--- TASK INPUTS Enclosed Below ---

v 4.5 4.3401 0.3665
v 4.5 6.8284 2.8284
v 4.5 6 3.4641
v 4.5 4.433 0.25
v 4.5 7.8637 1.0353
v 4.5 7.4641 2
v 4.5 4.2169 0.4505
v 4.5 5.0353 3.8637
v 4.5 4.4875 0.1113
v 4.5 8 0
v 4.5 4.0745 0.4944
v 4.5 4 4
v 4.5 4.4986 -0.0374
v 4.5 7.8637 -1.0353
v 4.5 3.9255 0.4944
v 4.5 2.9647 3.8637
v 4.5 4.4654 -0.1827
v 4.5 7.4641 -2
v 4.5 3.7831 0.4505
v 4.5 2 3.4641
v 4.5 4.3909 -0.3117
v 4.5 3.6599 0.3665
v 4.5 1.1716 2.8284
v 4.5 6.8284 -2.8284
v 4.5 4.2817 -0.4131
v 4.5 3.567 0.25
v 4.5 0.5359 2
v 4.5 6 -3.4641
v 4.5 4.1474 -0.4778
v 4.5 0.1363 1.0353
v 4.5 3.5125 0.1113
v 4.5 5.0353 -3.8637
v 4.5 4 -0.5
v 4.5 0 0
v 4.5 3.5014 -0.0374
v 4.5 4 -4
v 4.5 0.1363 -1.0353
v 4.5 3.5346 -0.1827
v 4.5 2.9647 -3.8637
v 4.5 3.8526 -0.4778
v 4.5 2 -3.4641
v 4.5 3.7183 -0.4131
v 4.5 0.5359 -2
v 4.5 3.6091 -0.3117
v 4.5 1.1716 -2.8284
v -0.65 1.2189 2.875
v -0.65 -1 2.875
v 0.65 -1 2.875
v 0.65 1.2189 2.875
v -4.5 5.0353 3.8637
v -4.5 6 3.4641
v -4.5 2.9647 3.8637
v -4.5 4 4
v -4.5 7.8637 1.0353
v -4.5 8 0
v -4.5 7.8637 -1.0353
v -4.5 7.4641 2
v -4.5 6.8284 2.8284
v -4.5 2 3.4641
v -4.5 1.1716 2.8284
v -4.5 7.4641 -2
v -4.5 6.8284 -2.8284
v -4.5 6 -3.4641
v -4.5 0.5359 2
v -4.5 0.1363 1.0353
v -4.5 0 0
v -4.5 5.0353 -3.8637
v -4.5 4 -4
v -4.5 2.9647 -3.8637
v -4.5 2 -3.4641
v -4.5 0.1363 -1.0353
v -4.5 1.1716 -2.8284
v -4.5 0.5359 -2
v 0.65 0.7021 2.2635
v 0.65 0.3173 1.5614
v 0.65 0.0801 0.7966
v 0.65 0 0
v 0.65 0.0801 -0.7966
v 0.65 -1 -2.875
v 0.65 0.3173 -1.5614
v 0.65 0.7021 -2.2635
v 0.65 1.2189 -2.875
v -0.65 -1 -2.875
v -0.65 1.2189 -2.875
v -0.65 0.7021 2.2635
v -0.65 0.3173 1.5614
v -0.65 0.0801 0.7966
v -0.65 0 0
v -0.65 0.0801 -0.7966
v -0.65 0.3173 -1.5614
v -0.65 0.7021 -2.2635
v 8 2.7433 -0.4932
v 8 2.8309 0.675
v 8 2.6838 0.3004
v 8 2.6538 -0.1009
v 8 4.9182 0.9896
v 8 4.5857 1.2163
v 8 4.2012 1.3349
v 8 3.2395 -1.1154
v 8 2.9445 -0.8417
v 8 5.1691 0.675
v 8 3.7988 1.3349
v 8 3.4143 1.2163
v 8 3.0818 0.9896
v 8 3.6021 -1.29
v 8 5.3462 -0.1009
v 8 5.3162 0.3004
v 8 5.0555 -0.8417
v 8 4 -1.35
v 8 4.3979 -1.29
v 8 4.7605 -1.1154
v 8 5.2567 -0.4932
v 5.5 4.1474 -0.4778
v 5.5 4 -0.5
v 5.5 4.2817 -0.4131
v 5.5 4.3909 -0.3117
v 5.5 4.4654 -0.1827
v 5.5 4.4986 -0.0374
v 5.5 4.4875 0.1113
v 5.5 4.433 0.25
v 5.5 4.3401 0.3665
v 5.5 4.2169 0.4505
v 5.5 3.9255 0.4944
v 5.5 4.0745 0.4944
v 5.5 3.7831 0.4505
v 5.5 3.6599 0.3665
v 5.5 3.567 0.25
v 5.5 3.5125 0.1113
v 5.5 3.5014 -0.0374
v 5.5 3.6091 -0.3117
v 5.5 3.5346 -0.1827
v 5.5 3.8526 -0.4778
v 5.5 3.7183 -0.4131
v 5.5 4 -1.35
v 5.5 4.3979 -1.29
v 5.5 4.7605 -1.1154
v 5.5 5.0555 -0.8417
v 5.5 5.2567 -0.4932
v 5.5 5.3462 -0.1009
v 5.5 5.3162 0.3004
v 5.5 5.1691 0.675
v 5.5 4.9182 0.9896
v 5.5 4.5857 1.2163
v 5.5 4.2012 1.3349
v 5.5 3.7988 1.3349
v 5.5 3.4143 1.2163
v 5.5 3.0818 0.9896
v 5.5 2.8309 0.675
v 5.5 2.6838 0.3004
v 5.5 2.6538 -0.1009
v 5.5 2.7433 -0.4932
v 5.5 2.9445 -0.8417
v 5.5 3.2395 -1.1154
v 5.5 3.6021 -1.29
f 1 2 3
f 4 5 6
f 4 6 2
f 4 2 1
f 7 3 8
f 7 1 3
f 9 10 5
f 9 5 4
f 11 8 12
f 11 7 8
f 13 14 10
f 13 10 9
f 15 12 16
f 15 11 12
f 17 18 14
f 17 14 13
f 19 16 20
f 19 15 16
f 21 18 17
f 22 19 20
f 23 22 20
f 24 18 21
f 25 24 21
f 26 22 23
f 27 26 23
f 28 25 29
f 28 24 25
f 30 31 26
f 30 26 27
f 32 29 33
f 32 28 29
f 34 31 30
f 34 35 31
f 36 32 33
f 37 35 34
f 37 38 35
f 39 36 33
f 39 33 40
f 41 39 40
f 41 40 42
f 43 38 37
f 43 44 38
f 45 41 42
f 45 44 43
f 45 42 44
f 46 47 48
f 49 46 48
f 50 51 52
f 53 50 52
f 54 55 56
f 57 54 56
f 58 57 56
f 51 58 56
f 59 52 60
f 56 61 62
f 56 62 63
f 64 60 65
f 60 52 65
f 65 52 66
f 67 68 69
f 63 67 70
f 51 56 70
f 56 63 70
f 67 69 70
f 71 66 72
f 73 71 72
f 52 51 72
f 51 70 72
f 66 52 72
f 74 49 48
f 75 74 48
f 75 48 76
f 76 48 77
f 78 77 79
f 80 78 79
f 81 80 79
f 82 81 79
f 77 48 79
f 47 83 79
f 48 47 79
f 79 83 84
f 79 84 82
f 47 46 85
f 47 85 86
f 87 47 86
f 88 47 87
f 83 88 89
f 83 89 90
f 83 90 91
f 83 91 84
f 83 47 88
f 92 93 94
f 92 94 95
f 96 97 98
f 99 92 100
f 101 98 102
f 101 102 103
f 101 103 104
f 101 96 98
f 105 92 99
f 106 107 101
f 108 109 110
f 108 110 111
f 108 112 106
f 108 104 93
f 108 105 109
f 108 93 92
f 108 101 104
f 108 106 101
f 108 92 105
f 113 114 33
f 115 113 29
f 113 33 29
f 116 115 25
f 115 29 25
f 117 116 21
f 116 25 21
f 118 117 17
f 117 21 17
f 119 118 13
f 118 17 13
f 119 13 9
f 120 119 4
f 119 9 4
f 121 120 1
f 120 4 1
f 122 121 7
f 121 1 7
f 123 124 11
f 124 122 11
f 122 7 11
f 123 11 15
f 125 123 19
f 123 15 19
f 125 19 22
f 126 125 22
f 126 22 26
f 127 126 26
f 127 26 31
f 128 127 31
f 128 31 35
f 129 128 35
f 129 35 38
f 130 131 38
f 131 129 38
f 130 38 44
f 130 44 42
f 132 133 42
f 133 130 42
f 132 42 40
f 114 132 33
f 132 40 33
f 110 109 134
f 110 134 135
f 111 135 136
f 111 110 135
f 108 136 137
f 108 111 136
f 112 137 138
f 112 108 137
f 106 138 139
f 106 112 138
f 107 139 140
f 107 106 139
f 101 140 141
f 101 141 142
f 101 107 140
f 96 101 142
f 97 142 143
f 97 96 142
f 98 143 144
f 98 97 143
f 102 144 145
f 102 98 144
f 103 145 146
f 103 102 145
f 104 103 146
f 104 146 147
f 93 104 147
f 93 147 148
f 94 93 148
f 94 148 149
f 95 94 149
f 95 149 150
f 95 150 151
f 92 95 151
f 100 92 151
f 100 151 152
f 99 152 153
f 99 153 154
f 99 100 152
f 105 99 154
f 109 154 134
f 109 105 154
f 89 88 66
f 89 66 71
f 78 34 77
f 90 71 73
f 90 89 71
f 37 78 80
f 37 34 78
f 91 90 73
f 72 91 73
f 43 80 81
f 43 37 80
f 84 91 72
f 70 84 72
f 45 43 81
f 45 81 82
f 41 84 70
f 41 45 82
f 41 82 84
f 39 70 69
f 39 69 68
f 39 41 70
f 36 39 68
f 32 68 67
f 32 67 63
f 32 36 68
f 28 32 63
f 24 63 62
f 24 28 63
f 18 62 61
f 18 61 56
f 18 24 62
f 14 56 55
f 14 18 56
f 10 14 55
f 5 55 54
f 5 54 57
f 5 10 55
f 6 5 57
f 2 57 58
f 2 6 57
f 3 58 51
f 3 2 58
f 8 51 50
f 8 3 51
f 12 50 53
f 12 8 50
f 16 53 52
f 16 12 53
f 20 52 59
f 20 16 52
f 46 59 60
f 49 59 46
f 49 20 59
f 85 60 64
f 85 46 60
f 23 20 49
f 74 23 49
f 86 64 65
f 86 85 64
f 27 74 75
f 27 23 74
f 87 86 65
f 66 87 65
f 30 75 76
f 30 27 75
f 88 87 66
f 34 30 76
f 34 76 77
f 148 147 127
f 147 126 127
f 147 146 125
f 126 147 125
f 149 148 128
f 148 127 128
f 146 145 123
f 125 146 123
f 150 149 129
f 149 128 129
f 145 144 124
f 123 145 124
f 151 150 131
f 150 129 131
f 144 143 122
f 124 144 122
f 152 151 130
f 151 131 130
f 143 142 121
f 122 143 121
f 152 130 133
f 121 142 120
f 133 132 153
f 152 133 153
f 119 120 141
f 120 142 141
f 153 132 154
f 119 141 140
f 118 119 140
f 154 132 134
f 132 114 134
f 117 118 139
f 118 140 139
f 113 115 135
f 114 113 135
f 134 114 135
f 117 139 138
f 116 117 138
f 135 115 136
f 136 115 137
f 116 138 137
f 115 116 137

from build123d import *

# Parameters (mm, degrees)
SKETCH4_W                       = 9
SKETCH4_H                       = 4
BOSS_EXTRUDE1_REACH             = 12.012
BOSS_EXTRUDE1_END_RADIUS        = 4
SKETCH5_W                       = 1.3
SKETCH5_H                       = 5.75
BOSS_EXTRUDE1_DIRECTION_2_DEPTH = 1
SKETCH6_R                       = 0.5
BOSS_EXTRUDE2_DEPTH             = 3.5
SKETCH7_R                       = 1.35
BOSS_EXTRUDE3_DEPTH             = 2.5


with BuildPart() as part:
    # Sketch4 → Revolve3 (revolve)
    with BuildSketch(Plane.XY):
        with Locations((0, 2)):
            Rectangle(SKETCH4_W, SKETCH4_H)
    revolve(axis=Axis((-4.5, 4, 0), (1, 0, 0)))

    # Boss-Extrude1: up to this cylinder (the profile starts outside it)
    boss_extrude1_end = Plane(origin=(0, 4, 0), z_dir=(-1, 0, 0)) * Cylinder(BOSS_EXTRUDE1_END_RADIUS, 33.024, mode=Mode.PRIVATE)
    # Sketch5 → Boss-Extrude1 (add, up to the surface)
    with BuildSketch(Plane(origin=(0, 0, 0), x_dir=(1, 0, 0), z_dir=(0, 1, 0)), mode=Mode.PRIVATE) as boss_extrude1_sk1:
        Rectangle(SKETCH5_W, SKETCH5_H)
    boss_extrude1_tool1 = extrude(boss_extrude1_sk1.sketch, amount=BOSS_EXTRUDE1_REACH, mode=Mode.PRIVATE) - boss_extrude1_end
    add(boss_extrude1_tool1.solids().sort_by_distance((0, 0, 0))[0])
    add(boss_extrude1_tool1.solids().sort_by_distance((0, 0, 0))[1])

    # Sketch5 → Boss-Extrude1 direction 2 (add)
    with BuildSketch(Plane(origin=(0, 0, 0), x_dir=(1, 0, 0), z_dir=(0, 1, 0))):
        Rectangle(SKETCH5_W, SKETCH5_H)
    extrude(amount=-BOSS_EXTRUDE1_DIRECTION_2_DEPTH)

    # Sketch6 → Boss-Extrude2 (add)
    with BuildSketch(Plane(origin=(4.5, 0, 0), x_dir=(0, 0, -1), z_dir=(1, 0, 0))):
        with Locations((0, 4)):
            Circle(SKETCH6_R)
    extrude(amount=BOSS_EXTRUDE2_DEPTH)

    # Sketch7 → Boss-Extrude3 (add)
    with BuildSketch(Plane(origin=(8, 0, 0), x_dir=(0, 0, -1), z_dir=(1, 0, 0))):
        with Locations((0, 4)):
            Circle(SKETCH7_R)
    extrude(amount=-BOSS_EXTRUDE3_DEPTH)


solid = part.part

--- End of Enclosed TASK INPUTS ---

§ **ACTIVITY**
Every line above from the line with "f 93 104 147" to the line with "f 115 116 137", both included, must be reproduced exactly, and no other line may appear.

§ **FINAL ANSWER**
f 93 104 147
f 93 147 148
f 94 93 148
f 94 148 149
f 95 94 149
f 95 149 150
f 95 150 151
f 92 95 151
f 100 92 151
f 100 151 152
f 99 152 153
f 99 153 154
f 99 100 152
f 105 99 154
f 109 154 134
f 109 105 154
f 89 88 66
f 89 66 71
f 78 34 77
f 90 71 73
f 90 89 71
f 37 78 80
f 37 34 78
f 91 90 73
f 72 91 73
f 43 80 81
f 43 37 80
f 84 91 72
f 70 84 72
f 45 43 81
f 45 81 82
f 41 84 70
f 41 45 82
f 41 82 84
f 39 70 69
f 39 69 68
f 39 41 70
f 36 39 68
f 32 68 67
f 32 67 63
f 32 36 68
f 28 32 63
f 24 63 62
f 24 28 63
f 18 62 61
f 18 61 56
f 18 24 62
f 14 56 55
f 14 18 56
f 10 14 55
f 5 55 54
f 5 54 57
f 5 10 55
f 6 5 57
f 2 57 58
f 2 6 57
f 3 58 51
f 3 2 58
f 8 51 50
f 8 3 51
f 12 50 53
f 12 8 50
f 16 53 52
f 16 12 53
f 20 52 59
f 20 16 52
f 46 59 60
f 49 59 46
f 49 20 59
f 85 60 64
f 85 46 60
f 23 20 49
f 74 23 49
f 86 64 65
f 86 85 64
f 27 74 75
f 27 23 74
f 87 86 65
f 66 87 65
f 30 75 76
f 30 27 75
f 88 87 66
f 34 30 76
f 34 76 77
f 148 147 127
f 147 126 127
f 147 146 125
f 126 147 125
f 149 148 128
f 148 127 128
f 146 145 123
f 125 146 123
f 150 149 129
f 149 128 129
f 145 144 124
f 123 145 124
f 151 150 131
f 150 129 131
f 144 143 122
f 124 144 122
f 152 151 130
f 151 131 130
f 143 142 121
f 122 143 121
f 152 130 133
f 121 142 120
f 133 132 153
f 152 133 153
f 119 120 141
f 120 142 141
f 153 132 154
f 119 141 140
f 118 119 140
f 154 132 134
f 132 114 134
f 117 118 139
f 118 140 139
f 113 115 135
f 114 113 135
f 134 114 135
f 117 139 138
f 116 117 138
f 135 115 136
f 136 115 137
f 116 138 137
f 115 116 137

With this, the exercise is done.